On my other thread, someone mentioned Pit Bull Plecos being aggressive. I was surprised, as I thought they were pretty mild from what I've read. And people seemed to love them. I am definitely putting the female betta I've been eyeing at Petsmart in there (if she's still available) along with some Kuhli loaches and maybe a couple ghost shrimp. The one I have in the 10 gallon is doing great and the male betta doesn't bother him. If the female eats them, well, then so be it. I don't care for very small fish (like tetras) so any more ideas on what else I can stock in there besides two or three cories? The only other thing in there would be a Mystery snail, so far. I was going to divide the 40 gallon and be able to have two bettas, but I don't want to divide a 20 gallon. I want the fish to have more room. So any more fish suggestions? I like milder, slower moving fish, not flighty, skittish ones. I may just end up dividing it so I can have another male betta, the more I think about it. One thing I know for sure is that I'm going to have a female betta.


----------



## hanky (Jan 18, 2012)

*Re: Getting a 20 gallon instead of the 40. Oh well. . .*

ever consider a sorority of bettas? that would be 4-6 females all together in one tank, I dont know alot about them but I think they work out better if all the girls come from one spawn, but dont quote me, check into it if interested. Tell your husband we all said welcome to the hobby lol.


----------



## hanky (Jan 18, 2012)

*Re: Getting a 20 gallon instead of the 40. Oh well. . .*

This lady is on our forum "majerah1" she is like the betta expert here, ask her or check out some of her threads


----------



## congar15 (Dec 6, 2011)

If pitbull plecos are the same as rubberlip plecos, they're not aggressive. Mine are so passive and just grave on algae and driftwood all day. Very cool looking fish. I'd reccomend them, and even with shrimp I doubt they'd attack.


----------



## seaecho (Jan 31, 2012)

If I can find a Pit Bull Pleco, I'll get it then! Problem is, Petsmart, Petco and the LFS here don't carry anything but the plecos that get HUGE. I saw one today that I could not believe. I knew they got big, but this one was easily 3 ft. long and WIDE. He must have been 8-9 inches wide, and I'm not exaggerating. The guy who worked there showed him to me when I commented on how big some of the others were. I was in awe!


----------



## Summer (Oct 3, 2011)

Sorry your 40 didnt work out but you can always keep an eye out for a stand while stocking your 20!


----------



## seaecho (Jan 31, 2012)

Summer, I don't have ROOM for a stand! Honestly, every inch of space in this house is taken up by furniture. I have a lot of houseplants too (over 150) so you can imagine how many plant stands I have. So it really limits my available space to almost nil.
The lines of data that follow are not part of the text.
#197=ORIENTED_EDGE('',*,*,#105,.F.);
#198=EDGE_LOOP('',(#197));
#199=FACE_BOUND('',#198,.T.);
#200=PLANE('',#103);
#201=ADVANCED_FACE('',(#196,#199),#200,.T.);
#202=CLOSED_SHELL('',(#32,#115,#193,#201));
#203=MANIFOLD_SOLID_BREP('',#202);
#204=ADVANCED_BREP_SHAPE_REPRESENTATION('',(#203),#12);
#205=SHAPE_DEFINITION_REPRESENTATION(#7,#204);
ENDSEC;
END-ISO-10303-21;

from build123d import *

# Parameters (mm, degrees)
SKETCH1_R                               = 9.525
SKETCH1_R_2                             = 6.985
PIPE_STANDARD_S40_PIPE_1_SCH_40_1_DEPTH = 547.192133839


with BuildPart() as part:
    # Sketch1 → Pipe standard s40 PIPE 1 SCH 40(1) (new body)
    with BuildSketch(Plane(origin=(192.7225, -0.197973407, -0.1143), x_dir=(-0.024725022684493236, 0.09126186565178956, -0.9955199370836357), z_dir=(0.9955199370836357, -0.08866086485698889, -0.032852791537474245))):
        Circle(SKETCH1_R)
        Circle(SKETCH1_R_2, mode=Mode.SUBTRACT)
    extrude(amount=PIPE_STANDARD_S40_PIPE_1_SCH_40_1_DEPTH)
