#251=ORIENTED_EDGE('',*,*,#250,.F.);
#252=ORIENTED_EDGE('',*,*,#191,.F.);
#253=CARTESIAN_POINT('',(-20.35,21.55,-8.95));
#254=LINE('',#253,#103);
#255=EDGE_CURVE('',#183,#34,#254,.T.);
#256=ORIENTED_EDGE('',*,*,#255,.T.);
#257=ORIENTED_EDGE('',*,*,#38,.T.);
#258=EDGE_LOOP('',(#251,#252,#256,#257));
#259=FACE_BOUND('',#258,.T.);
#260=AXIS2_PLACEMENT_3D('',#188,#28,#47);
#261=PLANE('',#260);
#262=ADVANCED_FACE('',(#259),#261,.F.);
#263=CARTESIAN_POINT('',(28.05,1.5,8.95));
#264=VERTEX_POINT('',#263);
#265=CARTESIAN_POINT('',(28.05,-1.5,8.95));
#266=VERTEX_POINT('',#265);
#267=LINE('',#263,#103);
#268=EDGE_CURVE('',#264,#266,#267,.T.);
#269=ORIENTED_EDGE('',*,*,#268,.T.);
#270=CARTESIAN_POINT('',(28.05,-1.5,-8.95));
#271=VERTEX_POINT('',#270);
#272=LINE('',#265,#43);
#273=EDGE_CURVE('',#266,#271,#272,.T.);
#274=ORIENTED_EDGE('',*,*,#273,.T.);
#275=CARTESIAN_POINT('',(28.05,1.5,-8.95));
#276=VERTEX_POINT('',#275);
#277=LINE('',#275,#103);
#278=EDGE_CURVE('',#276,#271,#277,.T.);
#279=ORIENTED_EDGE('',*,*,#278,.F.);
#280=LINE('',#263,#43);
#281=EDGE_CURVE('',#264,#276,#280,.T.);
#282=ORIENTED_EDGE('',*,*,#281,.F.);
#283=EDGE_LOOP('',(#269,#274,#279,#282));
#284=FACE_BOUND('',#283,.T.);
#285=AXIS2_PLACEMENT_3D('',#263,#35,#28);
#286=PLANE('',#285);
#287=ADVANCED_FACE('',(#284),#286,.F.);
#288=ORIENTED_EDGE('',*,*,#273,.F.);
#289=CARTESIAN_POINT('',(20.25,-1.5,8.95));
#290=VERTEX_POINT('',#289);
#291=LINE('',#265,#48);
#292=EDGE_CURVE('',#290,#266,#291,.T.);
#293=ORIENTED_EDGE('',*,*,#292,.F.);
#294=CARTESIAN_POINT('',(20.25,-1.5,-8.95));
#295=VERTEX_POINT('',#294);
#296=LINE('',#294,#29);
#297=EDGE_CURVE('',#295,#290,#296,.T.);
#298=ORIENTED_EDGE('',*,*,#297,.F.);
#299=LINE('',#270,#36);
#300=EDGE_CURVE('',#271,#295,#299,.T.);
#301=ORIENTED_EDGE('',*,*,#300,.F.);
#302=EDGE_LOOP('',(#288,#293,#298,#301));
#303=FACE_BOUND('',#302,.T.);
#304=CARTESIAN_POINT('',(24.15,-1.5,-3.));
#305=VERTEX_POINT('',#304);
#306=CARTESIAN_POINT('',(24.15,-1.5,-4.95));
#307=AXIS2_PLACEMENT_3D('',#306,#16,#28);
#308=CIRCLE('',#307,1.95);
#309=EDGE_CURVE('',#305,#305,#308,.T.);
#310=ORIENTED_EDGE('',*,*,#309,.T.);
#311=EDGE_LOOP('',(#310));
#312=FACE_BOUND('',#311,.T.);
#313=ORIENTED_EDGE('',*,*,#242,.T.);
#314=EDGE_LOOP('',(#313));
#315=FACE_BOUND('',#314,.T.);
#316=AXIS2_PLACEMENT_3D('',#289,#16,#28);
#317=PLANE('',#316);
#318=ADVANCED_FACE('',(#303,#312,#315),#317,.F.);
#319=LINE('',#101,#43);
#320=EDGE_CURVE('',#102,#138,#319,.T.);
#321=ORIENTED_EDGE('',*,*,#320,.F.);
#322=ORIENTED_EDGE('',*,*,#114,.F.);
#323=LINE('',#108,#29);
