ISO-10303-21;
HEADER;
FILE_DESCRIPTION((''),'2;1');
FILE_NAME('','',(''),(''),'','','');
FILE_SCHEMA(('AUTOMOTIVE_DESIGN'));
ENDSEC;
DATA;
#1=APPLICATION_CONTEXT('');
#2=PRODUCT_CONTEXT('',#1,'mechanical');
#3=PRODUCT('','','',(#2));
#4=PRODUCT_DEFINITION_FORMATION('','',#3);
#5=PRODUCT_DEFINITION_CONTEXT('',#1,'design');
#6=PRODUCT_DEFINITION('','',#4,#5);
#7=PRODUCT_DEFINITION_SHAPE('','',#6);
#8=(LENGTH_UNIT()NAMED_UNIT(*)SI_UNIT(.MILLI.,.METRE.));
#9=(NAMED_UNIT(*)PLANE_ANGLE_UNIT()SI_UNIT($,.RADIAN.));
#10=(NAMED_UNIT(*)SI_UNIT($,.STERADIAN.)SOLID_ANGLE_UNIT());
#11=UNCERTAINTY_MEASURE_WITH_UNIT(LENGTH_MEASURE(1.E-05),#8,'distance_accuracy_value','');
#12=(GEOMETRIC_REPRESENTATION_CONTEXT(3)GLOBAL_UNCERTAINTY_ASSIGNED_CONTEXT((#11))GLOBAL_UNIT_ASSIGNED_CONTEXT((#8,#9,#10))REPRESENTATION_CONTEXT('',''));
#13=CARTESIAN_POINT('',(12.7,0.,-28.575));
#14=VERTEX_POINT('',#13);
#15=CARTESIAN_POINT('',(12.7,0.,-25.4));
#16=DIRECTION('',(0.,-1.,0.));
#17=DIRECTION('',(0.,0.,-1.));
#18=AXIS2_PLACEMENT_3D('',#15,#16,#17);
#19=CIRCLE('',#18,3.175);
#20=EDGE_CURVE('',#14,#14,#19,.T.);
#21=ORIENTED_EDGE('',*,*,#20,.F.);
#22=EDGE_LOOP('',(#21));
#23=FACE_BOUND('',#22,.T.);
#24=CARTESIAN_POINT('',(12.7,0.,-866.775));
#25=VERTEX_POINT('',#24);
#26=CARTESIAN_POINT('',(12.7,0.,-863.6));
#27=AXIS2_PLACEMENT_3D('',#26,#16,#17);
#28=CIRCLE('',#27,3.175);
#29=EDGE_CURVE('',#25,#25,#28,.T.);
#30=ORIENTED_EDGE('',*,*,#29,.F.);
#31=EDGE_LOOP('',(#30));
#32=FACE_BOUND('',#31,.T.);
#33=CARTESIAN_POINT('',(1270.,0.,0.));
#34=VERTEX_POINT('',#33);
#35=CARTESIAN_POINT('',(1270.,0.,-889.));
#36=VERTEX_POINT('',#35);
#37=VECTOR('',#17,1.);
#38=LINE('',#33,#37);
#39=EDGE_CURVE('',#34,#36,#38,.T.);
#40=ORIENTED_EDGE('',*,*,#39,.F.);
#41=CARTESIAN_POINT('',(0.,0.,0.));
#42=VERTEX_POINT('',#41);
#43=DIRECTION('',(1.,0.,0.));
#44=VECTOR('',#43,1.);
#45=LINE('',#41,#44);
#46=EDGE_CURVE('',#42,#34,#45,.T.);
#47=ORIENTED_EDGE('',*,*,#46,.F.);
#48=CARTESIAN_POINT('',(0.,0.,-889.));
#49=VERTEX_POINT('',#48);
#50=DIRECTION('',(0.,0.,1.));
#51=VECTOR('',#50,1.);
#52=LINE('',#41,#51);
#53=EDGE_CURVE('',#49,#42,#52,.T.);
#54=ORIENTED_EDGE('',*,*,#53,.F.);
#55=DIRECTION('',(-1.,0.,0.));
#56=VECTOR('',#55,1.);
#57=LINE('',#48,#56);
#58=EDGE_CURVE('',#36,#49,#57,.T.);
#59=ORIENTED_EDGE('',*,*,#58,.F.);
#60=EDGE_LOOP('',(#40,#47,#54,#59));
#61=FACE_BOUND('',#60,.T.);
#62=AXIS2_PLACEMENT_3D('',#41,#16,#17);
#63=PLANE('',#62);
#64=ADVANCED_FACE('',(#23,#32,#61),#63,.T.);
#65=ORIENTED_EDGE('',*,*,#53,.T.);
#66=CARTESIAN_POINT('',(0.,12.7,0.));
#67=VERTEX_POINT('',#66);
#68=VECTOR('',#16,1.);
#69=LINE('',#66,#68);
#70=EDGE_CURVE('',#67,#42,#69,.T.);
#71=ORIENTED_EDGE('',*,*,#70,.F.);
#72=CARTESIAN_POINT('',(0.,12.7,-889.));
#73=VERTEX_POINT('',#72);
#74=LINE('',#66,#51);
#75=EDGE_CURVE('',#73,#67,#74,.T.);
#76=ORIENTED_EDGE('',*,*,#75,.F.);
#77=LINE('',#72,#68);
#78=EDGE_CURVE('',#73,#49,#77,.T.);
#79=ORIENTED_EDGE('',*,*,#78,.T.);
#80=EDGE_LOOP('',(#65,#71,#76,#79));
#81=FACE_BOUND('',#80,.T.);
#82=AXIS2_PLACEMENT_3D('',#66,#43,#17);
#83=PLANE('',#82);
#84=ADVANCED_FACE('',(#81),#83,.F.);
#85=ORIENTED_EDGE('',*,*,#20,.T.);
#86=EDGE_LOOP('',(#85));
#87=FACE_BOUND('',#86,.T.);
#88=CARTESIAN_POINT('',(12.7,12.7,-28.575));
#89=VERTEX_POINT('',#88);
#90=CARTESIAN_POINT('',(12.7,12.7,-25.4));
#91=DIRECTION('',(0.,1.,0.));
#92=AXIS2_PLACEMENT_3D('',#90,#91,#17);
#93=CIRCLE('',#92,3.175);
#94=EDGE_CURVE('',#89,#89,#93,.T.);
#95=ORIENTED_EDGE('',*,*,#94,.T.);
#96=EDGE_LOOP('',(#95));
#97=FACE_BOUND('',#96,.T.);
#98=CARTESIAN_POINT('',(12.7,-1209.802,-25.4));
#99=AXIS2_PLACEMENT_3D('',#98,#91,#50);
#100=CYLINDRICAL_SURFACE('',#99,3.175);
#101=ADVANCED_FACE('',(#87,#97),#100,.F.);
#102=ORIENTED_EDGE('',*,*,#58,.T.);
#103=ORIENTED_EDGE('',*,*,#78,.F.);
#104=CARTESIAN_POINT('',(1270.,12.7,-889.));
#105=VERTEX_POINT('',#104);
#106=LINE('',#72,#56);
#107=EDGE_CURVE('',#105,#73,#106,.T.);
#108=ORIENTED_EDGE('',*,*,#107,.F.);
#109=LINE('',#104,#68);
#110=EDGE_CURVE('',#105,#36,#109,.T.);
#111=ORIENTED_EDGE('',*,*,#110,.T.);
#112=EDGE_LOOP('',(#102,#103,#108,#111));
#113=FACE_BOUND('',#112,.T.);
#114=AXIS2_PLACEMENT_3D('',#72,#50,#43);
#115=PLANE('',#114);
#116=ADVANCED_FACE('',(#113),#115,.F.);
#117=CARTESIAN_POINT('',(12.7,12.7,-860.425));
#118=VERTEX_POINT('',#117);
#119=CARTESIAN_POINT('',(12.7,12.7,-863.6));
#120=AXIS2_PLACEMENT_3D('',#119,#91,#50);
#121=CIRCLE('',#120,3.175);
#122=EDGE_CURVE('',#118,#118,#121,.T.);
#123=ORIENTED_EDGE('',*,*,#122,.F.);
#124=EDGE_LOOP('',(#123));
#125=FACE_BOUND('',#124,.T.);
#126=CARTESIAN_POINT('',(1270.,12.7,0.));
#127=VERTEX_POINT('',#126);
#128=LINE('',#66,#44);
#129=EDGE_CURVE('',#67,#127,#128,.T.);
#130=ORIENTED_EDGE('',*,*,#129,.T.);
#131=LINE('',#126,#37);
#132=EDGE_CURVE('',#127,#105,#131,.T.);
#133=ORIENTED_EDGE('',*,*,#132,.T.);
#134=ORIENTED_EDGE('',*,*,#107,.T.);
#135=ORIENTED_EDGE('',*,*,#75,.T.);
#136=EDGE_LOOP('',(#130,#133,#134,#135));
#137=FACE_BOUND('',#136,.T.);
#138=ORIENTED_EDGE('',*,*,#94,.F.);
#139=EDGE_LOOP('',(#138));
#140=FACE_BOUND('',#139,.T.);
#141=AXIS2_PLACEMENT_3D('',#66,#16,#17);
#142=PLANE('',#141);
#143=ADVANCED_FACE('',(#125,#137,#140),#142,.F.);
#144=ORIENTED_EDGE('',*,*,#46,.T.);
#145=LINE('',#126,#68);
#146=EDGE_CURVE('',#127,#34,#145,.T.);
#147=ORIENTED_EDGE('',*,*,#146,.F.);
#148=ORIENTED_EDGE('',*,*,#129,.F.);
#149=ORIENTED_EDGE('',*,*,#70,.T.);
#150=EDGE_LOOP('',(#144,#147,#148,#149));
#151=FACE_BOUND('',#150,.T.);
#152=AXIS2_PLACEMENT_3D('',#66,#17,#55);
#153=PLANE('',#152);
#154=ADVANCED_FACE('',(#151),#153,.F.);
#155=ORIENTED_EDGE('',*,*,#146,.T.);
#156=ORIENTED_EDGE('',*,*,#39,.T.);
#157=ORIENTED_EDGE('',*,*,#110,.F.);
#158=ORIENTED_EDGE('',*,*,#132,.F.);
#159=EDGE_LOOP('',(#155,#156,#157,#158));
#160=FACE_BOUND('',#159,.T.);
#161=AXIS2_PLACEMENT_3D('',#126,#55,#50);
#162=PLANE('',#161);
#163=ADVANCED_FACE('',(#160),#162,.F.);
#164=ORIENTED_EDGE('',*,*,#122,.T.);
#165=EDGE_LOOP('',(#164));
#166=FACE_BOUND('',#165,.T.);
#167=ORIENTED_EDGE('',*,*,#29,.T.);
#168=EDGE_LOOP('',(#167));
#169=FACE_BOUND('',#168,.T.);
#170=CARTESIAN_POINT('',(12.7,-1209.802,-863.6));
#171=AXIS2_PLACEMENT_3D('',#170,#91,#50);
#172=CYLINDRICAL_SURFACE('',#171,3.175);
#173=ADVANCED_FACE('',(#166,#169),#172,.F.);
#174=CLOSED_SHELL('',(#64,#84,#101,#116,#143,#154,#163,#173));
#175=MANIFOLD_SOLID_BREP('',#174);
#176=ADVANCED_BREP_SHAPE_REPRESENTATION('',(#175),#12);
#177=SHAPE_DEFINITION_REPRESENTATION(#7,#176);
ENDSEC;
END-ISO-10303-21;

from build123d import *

# Parameters (mm, degrees)
SKETCH1_W           = 1270
SKETCH1_H           = 889
BOSS_EXTRUDE1_DEPTH = 12.7
SKETCH2_R           = 3.175
CUT_EXTRUDE2_DEPTH  = 1222.502


with BuildPart() as part:
    # Sketch1 → Boss-Extrude1 (new body)
    with BuildSketch(Plane(origin=(0, 0, 0), x_dir=(1, 0, 0), z_dir=(0, 1, 0))):
        with Locations((635, 444.5)):
            Rectangle(SKETCH1_W, SKETCH1_H)
    extrude(amount=BOSS_EXTRUDE1_DEPTH)

    # Sketch2 → Cut-Extrude2 (cut)
    with BuildSketch(Plane(origin=(0, 12.7, 0), x_dir=(1, 0, 0), z_dir=(0, 1, 0))):
        with Locations(Location((12.7, 863.6, 0), (0, 0, 270))):
            Circle(SKETCH2_R)
        with Locations(Location((12.7, 25.4, 0), (0, 0, 90))):
            Circle(SKETCH2_R)
    extrude(amount=-CUT_EXTRUDE2_DEPTH, mode=Mode.SUBTRACT)


solid = part.part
And yes, Congar, from what I've read online, a Rubberlip is the same as a Pit Bull Pleco. I'd love to have a Pleco. They sound just as fascinating to me as the Kuhli Loaches.

Hanky, I did, in fact, consider a sorority. But after researching it for a while, I found that at least half of sources of info I found stated that there was a good chance it wouldn't work. And I certainly don't want to end up with any injured bettas. And I only have one 7 gallon extra tank anyway if they were to fight. The idea really is intriguing to me, but the risk is just more than I want to take. So I think it'll be a couple of ghost shrimp and a pleco. With the Kuhli Loaches I now have, I think the tank will be decently stocked.


----------